__Collected data__:
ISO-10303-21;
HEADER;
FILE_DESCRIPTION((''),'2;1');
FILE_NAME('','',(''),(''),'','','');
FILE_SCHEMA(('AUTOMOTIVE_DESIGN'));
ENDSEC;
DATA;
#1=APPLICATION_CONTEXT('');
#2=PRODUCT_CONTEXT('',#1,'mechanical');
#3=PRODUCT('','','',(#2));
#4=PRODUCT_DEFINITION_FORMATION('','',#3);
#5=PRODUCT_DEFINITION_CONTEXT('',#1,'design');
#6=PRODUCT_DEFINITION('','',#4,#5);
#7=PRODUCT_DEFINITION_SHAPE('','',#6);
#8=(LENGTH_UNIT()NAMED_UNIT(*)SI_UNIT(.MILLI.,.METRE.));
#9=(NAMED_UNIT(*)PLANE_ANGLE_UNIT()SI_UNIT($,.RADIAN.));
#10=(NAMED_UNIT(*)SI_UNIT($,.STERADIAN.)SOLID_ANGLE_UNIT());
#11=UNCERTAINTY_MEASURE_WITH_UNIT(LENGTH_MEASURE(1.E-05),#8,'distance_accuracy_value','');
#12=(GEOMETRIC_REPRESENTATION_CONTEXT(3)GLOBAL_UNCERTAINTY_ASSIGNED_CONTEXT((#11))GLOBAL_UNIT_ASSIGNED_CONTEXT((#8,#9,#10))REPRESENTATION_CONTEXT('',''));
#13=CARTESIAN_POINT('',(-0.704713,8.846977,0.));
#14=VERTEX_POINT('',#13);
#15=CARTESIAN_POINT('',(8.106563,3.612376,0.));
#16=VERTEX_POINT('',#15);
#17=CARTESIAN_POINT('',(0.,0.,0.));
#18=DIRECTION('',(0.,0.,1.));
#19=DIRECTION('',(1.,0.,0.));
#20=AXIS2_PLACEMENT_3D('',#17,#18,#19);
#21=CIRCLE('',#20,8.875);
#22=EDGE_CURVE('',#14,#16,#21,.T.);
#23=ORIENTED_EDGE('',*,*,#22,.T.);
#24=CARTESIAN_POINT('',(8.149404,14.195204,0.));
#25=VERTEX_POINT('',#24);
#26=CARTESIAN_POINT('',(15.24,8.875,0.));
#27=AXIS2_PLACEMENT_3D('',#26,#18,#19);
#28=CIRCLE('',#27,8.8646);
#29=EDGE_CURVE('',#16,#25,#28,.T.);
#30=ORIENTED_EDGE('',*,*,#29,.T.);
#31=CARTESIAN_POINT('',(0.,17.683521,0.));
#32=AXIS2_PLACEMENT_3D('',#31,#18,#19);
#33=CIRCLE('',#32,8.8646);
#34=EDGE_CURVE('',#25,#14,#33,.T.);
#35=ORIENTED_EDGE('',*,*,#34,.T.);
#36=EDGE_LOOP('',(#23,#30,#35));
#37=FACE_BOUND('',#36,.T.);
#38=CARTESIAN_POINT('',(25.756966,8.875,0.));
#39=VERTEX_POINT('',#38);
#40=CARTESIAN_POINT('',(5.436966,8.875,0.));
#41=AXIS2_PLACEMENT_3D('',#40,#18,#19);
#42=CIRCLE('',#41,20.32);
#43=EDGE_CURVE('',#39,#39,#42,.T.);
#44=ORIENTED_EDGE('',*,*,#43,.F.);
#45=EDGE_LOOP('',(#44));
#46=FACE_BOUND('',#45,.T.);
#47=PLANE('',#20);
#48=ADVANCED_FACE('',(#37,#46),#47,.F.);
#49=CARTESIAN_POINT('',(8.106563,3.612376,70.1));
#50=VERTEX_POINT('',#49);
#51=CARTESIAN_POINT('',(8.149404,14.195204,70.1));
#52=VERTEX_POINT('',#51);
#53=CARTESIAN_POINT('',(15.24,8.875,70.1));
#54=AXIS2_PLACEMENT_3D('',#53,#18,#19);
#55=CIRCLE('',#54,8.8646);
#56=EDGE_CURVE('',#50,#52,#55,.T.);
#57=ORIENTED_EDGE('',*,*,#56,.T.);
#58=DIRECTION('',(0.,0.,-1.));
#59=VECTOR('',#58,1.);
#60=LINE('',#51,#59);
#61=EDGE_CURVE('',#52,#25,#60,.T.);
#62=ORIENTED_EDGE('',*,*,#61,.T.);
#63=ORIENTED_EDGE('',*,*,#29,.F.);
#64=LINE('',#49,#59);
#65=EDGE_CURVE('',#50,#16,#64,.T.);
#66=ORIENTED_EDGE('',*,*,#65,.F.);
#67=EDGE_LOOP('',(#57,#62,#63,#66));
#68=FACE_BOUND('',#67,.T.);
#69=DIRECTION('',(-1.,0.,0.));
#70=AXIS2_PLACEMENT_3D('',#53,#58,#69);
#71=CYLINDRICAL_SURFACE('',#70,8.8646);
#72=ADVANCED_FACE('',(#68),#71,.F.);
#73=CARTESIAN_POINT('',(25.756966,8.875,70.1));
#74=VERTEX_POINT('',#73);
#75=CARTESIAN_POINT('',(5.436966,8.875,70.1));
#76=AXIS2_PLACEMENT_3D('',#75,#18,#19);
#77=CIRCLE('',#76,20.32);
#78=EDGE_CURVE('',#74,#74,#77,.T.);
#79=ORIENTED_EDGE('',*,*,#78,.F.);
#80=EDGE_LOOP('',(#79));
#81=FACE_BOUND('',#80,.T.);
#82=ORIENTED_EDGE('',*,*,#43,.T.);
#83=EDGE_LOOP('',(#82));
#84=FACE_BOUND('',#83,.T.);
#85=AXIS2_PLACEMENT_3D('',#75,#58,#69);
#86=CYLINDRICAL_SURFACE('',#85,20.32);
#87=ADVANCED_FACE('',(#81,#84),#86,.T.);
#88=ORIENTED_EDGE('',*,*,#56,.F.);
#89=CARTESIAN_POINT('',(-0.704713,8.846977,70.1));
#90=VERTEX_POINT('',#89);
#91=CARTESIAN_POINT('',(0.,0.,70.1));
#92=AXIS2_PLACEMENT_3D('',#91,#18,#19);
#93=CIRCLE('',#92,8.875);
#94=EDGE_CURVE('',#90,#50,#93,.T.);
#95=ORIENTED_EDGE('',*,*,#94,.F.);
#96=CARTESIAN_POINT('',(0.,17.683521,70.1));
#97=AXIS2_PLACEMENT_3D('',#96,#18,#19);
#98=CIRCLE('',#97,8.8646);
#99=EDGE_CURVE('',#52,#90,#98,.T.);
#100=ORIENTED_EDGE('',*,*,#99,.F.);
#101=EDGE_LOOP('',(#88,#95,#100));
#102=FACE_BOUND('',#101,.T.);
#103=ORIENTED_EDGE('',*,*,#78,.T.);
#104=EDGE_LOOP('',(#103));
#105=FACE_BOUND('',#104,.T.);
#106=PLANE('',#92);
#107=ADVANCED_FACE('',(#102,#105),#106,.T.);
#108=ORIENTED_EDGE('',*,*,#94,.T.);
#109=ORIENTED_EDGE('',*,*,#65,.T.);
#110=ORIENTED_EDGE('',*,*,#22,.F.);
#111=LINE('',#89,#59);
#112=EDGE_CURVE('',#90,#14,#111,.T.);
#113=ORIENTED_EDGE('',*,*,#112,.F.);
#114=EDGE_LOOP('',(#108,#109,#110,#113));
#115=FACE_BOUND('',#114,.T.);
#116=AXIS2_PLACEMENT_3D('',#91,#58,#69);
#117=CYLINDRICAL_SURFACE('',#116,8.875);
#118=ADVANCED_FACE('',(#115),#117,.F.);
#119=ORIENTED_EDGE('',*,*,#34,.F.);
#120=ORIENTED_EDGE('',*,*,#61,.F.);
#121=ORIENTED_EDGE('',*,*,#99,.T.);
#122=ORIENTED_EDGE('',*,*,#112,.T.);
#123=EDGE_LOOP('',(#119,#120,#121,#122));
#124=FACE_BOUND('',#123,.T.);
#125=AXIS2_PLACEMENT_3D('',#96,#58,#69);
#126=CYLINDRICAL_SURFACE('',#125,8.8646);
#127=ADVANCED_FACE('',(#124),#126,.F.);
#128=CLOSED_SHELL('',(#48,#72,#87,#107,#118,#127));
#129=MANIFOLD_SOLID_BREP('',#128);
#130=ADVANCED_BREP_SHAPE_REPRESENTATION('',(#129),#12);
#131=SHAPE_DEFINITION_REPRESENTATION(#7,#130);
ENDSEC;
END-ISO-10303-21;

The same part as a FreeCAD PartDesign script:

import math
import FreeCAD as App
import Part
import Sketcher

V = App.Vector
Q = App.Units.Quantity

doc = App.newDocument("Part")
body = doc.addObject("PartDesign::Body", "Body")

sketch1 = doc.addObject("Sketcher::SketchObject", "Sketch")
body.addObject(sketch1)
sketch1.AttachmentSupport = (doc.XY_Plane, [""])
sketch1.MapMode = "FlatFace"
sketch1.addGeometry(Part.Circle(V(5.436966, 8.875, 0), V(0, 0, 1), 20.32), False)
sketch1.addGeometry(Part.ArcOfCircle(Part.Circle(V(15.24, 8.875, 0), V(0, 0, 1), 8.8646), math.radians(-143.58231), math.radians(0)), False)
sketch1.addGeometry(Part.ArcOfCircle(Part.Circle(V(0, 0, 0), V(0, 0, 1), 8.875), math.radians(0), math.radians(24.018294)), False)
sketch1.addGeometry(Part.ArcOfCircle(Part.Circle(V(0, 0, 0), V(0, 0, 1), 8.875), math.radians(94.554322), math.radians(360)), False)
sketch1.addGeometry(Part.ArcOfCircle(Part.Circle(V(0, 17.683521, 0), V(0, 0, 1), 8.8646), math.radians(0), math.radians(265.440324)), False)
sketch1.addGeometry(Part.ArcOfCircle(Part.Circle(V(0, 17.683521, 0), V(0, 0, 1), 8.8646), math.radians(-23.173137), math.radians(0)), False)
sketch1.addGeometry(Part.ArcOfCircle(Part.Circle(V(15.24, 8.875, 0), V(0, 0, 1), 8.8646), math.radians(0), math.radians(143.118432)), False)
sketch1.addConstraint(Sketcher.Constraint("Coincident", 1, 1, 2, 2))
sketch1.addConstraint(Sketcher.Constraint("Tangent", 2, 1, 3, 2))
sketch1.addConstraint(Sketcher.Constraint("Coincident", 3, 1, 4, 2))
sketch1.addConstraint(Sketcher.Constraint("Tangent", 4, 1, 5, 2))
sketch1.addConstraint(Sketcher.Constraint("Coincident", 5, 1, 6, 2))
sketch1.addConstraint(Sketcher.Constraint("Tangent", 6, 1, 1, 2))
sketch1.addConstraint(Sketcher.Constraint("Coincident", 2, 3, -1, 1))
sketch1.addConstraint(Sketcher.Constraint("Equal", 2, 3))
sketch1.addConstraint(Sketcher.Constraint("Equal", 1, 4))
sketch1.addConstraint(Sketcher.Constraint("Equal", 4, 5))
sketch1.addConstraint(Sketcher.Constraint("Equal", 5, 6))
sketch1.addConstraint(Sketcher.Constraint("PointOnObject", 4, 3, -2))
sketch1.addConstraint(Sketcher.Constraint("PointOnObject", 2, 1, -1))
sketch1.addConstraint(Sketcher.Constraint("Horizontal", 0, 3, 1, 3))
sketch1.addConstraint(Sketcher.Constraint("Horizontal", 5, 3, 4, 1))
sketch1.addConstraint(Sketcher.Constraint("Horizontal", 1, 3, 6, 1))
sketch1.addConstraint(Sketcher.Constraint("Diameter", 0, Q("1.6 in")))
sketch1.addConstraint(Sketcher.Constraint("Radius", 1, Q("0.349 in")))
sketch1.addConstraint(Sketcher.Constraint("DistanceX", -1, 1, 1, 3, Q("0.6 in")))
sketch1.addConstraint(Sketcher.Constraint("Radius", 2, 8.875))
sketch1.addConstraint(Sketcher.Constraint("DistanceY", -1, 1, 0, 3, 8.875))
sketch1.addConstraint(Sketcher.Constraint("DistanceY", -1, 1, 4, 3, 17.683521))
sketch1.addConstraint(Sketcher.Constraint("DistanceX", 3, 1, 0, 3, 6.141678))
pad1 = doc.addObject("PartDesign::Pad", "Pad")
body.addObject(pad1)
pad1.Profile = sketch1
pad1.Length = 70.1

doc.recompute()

__Problem to solve__:
The required answer is the run of lines above, starting at the line with "#111=LINE('',#89,#59);" and ending at the line with "#118=ADVANCED_FACE('',(#115),#117,.F.);", reproduced exactly with both ends.

__Result of this task__:
#111=LINE('',#89,#59);
#112=EDGE_CURVE('',#90,#14,#111,.T.);
#113=ORIENTED_EDGE('',*,*,#112,.F.);
#114=EDGE_LOOP('',(#108,#109,#110,#113));
#115=FACE_BOUND('',#114,.T.);
#116=AXIS2_PLACEMENT_3D('',#91,#58,#69);
#117=CYLINDRICAL_SURFACE('',#116,8.875);
#118=ADVANCED_FACE('',(#115),#117,.F.);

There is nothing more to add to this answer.